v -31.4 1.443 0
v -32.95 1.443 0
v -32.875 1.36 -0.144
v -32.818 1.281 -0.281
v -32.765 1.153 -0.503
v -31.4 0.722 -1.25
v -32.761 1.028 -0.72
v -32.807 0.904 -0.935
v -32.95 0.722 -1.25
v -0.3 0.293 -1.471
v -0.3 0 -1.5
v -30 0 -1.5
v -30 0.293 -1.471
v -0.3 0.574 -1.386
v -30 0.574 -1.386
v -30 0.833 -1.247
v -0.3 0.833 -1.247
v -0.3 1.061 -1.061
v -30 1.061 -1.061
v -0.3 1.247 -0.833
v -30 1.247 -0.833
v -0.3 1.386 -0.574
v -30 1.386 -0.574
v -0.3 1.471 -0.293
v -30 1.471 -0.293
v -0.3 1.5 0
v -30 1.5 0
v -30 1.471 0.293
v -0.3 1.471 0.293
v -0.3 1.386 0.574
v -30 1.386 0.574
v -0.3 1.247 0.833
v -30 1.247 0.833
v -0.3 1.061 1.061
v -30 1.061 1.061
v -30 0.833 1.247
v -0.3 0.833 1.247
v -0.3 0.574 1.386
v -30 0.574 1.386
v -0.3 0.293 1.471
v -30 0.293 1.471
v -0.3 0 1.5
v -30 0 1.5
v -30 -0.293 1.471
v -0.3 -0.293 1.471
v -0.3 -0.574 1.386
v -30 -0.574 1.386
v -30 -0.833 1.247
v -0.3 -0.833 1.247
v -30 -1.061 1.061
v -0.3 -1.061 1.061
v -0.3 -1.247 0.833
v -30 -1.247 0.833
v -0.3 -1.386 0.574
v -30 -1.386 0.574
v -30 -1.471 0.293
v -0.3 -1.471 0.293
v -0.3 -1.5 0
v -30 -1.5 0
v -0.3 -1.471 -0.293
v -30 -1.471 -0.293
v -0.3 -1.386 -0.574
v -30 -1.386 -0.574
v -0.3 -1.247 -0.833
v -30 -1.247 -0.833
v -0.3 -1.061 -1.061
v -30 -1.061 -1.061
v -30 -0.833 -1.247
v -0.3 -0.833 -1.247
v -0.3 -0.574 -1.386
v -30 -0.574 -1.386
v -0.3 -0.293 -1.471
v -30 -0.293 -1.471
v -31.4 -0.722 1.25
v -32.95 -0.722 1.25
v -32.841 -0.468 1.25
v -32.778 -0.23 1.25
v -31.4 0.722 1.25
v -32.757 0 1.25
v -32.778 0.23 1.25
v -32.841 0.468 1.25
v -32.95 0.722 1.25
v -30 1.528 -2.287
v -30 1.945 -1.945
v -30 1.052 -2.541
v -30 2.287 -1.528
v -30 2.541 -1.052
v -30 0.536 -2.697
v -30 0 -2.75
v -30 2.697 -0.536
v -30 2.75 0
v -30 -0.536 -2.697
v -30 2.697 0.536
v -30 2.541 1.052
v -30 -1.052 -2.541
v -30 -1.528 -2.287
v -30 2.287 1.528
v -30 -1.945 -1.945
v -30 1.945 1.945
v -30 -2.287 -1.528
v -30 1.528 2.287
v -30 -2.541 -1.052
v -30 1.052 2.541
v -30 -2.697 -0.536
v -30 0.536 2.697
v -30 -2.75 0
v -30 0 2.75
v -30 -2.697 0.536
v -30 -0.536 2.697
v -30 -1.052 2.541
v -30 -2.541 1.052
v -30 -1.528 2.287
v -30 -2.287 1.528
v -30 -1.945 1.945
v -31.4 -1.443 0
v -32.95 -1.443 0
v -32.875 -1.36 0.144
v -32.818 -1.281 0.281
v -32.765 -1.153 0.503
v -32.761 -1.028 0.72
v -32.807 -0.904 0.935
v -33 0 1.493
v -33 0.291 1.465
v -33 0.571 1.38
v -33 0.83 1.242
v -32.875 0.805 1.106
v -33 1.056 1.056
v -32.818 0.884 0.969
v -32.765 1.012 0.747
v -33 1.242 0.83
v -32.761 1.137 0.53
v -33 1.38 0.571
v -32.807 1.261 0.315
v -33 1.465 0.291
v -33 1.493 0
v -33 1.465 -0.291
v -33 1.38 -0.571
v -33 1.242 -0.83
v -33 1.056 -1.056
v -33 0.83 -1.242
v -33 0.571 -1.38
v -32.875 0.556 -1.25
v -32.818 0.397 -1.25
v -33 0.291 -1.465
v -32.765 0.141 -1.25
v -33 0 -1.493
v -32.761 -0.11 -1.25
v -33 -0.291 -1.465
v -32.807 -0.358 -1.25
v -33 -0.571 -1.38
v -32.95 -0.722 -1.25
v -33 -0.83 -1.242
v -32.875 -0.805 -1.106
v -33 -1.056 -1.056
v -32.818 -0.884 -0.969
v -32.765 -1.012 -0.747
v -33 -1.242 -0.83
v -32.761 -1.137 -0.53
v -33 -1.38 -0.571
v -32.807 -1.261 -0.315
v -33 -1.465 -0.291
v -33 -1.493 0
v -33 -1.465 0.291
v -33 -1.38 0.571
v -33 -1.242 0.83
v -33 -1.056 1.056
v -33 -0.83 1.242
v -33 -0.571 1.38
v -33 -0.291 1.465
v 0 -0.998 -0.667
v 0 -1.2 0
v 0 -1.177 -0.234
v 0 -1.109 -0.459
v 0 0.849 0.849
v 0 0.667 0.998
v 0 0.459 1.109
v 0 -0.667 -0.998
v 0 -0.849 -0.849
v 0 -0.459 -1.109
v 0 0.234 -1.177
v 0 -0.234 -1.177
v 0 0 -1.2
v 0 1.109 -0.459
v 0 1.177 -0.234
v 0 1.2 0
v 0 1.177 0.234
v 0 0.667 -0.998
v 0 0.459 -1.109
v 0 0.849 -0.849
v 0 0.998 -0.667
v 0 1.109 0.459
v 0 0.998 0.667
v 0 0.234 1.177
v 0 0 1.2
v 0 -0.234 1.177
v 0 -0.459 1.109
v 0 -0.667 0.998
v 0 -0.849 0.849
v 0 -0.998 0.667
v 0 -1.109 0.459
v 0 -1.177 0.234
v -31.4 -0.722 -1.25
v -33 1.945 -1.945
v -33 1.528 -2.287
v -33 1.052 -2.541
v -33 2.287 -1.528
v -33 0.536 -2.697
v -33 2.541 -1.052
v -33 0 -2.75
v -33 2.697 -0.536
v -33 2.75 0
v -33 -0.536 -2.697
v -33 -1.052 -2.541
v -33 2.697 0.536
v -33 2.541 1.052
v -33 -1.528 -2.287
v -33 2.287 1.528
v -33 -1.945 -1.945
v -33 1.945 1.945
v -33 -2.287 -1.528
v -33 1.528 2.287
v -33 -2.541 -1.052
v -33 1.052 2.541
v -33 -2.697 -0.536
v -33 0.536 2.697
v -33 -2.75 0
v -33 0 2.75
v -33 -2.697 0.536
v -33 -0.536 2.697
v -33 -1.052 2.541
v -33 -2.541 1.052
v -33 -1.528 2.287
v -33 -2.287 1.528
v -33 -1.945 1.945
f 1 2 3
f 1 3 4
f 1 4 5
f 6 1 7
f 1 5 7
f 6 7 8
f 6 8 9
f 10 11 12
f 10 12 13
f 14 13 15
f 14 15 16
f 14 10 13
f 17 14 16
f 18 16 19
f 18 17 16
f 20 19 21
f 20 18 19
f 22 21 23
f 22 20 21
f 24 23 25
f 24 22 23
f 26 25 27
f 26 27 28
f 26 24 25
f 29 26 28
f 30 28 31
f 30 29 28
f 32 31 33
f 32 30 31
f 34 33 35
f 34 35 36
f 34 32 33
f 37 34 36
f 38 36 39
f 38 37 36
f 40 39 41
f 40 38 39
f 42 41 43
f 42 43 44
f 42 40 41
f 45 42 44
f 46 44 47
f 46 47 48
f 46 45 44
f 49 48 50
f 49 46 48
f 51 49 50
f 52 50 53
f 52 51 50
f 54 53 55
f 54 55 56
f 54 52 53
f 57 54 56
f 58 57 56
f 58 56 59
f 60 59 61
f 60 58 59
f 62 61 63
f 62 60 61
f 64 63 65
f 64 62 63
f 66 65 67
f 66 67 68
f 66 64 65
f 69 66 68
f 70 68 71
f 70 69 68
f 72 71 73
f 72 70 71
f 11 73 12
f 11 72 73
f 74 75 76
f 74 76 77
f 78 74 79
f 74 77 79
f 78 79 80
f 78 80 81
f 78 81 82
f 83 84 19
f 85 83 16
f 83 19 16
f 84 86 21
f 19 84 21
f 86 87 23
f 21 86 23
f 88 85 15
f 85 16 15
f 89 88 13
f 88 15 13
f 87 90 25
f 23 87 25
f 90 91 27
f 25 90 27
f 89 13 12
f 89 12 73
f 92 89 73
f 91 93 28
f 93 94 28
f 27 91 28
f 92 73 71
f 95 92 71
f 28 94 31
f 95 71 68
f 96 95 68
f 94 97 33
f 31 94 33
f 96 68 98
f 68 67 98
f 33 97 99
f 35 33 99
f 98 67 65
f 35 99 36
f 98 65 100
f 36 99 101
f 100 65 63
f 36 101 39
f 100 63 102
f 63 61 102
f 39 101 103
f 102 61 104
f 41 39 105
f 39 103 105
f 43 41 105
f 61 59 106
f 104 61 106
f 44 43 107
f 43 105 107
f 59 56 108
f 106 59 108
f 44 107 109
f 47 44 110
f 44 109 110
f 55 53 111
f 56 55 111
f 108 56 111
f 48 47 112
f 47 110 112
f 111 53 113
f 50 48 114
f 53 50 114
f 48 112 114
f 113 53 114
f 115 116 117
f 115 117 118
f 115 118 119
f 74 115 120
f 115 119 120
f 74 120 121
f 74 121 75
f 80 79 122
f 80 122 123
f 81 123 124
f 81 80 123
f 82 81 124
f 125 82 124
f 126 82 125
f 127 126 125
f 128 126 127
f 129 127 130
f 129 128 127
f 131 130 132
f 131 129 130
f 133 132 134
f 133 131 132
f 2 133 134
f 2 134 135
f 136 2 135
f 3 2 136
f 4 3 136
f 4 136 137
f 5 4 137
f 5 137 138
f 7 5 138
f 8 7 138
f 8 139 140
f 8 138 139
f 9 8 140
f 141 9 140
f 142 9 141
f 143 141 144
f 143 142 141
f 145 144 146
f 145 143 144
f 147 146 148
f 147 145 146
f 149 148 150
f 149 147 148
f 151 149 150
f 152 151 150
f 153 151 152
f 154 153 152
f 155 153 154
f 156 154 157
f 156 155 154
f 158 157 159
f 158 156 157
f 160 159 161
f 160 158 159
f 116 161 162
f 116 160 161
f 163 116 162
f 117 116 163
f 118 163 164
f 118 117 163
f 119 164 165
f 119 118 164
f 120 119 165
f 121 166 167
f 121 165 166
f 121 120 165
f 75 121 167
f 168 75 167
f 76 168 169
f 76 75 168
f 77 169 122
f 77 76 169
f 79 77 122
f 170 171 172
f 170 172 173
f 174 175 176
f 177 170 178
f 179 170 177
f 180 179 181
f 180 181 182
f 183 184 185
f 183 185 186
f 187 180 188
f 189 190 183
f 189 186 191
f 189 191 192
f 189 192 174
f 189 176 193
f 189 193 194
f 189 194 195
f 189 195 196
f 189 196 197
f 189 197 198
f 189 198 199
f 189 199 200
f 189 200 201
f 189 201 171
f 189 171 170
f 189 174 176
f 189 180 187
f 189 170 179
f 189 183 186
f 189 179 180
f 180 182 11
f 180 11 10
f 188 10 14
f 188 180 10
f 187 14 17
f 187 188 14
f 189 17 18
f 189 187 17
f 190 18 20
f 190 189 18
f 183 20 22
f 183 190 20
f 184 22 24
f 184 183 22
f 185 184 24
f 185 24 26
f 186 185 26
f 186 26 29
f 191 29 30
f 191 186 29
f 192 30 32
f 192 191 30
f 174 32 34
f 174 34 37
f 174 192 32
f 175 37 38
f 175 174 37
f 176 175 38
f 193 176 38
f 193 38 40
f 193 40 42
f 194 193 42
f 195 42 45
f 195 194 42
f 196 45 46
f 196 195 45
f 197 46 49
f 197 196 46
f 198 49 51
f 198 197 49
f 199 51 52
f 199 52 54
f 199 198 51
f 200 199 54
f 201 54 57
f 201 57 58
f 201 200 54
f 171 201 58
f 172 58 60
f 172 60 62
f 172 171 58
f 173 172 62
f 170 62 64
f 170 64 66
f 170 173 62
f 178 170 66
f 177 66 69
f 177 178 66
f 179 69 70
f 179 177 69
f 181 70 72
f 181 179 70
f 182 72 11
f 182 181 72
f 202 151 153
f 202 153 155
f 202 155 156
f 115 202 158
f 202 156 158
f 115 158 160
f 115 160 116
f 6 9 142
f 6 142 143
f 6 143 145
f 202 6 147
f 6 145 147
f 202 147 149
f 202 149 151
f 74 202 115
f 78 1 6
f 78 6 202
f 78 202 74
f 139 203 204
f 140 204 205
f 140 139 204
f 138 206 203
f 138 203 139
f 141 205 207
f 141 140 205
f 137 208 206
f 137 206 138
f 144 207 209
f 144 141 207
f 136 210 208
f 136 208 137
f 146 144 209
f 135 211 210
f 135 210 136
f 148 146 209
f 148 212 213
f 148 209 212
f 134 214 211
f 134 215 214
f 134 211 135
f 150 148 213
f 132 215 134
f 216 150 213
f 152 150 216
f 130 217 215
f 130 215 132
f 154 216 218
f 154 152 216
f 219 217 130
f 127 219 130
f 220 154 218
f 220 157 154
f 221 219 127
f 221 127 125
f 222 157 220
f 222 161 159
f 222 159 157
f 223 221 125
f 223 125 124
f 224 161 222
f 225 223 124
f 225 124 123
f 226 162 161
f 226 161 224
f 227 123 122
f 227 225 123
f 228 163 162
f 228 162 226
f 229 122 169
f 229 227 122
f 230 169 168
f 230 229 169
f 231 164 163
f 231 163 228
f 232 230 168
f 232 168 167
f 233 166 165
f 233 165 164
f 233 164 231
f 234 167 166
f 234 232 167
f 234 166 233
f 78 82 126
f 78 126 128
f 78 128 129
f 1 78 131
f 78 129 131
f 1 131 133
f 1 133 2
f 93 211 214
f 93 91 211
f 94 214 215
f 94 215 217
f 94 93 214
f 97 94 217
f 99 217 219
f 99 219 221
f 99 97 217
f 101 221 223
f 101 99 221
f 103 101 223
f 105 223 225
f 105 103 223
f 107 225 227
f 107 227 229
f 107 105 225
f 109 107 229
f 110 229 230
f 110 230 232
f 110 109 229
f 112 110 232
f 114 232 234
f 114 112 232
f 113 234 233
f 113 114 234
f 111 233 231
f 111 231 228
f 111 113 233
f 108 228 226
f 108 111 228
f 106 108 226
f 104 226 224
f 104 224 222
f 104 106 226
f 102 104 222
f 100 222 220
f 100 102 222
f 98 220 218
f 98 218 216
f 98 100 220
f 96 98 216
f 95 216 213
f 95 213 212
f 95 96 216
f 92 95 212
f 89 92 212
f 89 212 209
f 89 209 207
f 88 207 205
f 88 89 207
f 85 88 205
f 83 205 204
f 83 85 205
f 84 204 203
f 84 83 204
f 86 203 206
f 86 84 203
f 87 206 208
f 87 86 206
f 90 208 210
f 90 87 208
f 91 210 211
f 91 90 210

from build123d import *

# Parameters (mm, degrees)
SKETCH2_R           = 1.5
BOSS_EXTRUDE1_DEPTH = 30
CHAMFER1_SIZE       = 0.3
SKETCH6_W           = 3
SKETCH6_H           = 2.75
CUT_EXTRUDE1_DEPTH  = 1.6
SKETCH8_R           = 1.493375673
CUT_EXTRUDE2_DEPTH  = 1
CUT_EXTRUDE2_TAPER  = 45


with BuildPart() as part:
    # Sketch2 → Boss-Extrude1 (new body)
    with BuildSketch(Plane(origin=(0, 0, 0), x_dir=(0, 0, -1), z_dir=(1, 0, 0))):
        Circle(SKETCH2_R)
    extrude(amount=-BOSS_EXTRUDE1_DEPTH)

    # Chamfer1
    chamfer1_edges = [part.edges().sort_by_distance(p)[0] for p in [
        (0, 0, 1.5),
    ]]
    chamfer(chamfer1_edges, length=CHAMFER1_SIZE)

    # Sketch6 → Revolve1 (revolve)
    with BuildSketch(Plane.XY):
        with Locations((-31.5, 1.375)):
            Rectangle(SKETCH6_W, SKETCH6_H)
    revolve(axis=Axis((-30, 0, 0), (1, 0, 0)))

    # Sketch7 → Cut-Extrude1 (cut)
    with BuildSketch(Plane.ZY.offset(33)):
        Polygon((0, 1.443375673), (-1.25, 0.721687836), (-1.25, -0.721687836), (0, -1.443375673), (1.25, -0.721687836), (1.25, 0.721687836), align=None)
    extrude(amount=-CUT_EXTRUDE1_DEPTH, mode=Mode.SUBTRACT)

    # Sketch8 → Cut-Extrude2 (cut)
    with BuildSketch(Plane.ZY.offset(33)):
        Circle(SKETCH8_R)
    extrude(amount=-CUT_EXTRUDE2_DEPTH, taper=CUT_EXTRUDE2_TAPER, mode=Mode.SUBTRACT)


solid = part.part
----------
WHAT TO PRODUCE: Please give an exact copy of the entries above, from the line with "v -30 0 -2.75" down to the line with "v -33 -1.056 -1.056", inclusive, and nothing else.

WORKED SOLUTION:
v -30 0 -2.75
v -30 2.697 -0.536
v -30 2.75 0
v -30 -0.536 -2.697
v -30 2.697 0.536
v -30 2.541 1.052
v -30 -1.052 -2.541
v -30 -1.528 -2.287
v -30 2.287 1.528
v -30 -1.945 -1.945
v -30 1.945 1.945
v -30 -2.287 -1.528
v -30 1.528 2.287
v -30 -2.541 -1.052
v -30 1.052 2.541
v -30 -2.697 -0.536
v -30 0.536 2.697
v -30 -2.75 0
v -30 0 2.75
v -30 -2.697 0.536
v -30 -0.536 2.697
v -30 -1.052 2.541
v -30 -2.541 1.052
v -30 -1.528 2.287
v -30 -2.287 1.528
v -30 -1.945 1.945
v -31.4 -1.443 0
v -32.95 -1.443 0
v -32.875 -1.36 0.144
v -32.818 -1.281 0.281
v -32.765 -1.153 0.503
v -32.761 -1.028 0.72
v -32.807 -0.904 0.935
v -33 0 1.493
v -33 0.291 1.465
v -33 0.571 1.38
v -33 0.83 1.242
v -32.875 0.805 1.106
v -33 1.056 1.056
v -32.818 0.884 0.969
v -32.765 1.012 0.747
v -33 1.242 0.83
v -32.761 1.137 0.53
v -33 1.38 0.571
v -32.807 1.261 0.315
v -33 1.465 0.291
v -33 1.493 0
v -33 1.465 -0.291
v -33 1.38 -0.571
v -33 1.242 -0.83
v -33 1.056 -1.056
v -33 0.83 -1.242
v -33 0.571 -1.38
v -32.875 0.556 -1.25
v -32.818 0.397 -1.25
v -33 0.291 -1.465
v -32.765 0.141 -1.25
v -33 0 -1.493
v -32.761 -0.11 -1.25
v -33 -0.291 -1.465
v -32.807 -0.358 -1.25
v -33 -0.571 -1.38
v -32.95 -0.722 -1.25
v -33 -0.83 -1.242
v -32.875 -0.805 -1.106
v -33 -1.056 -1.056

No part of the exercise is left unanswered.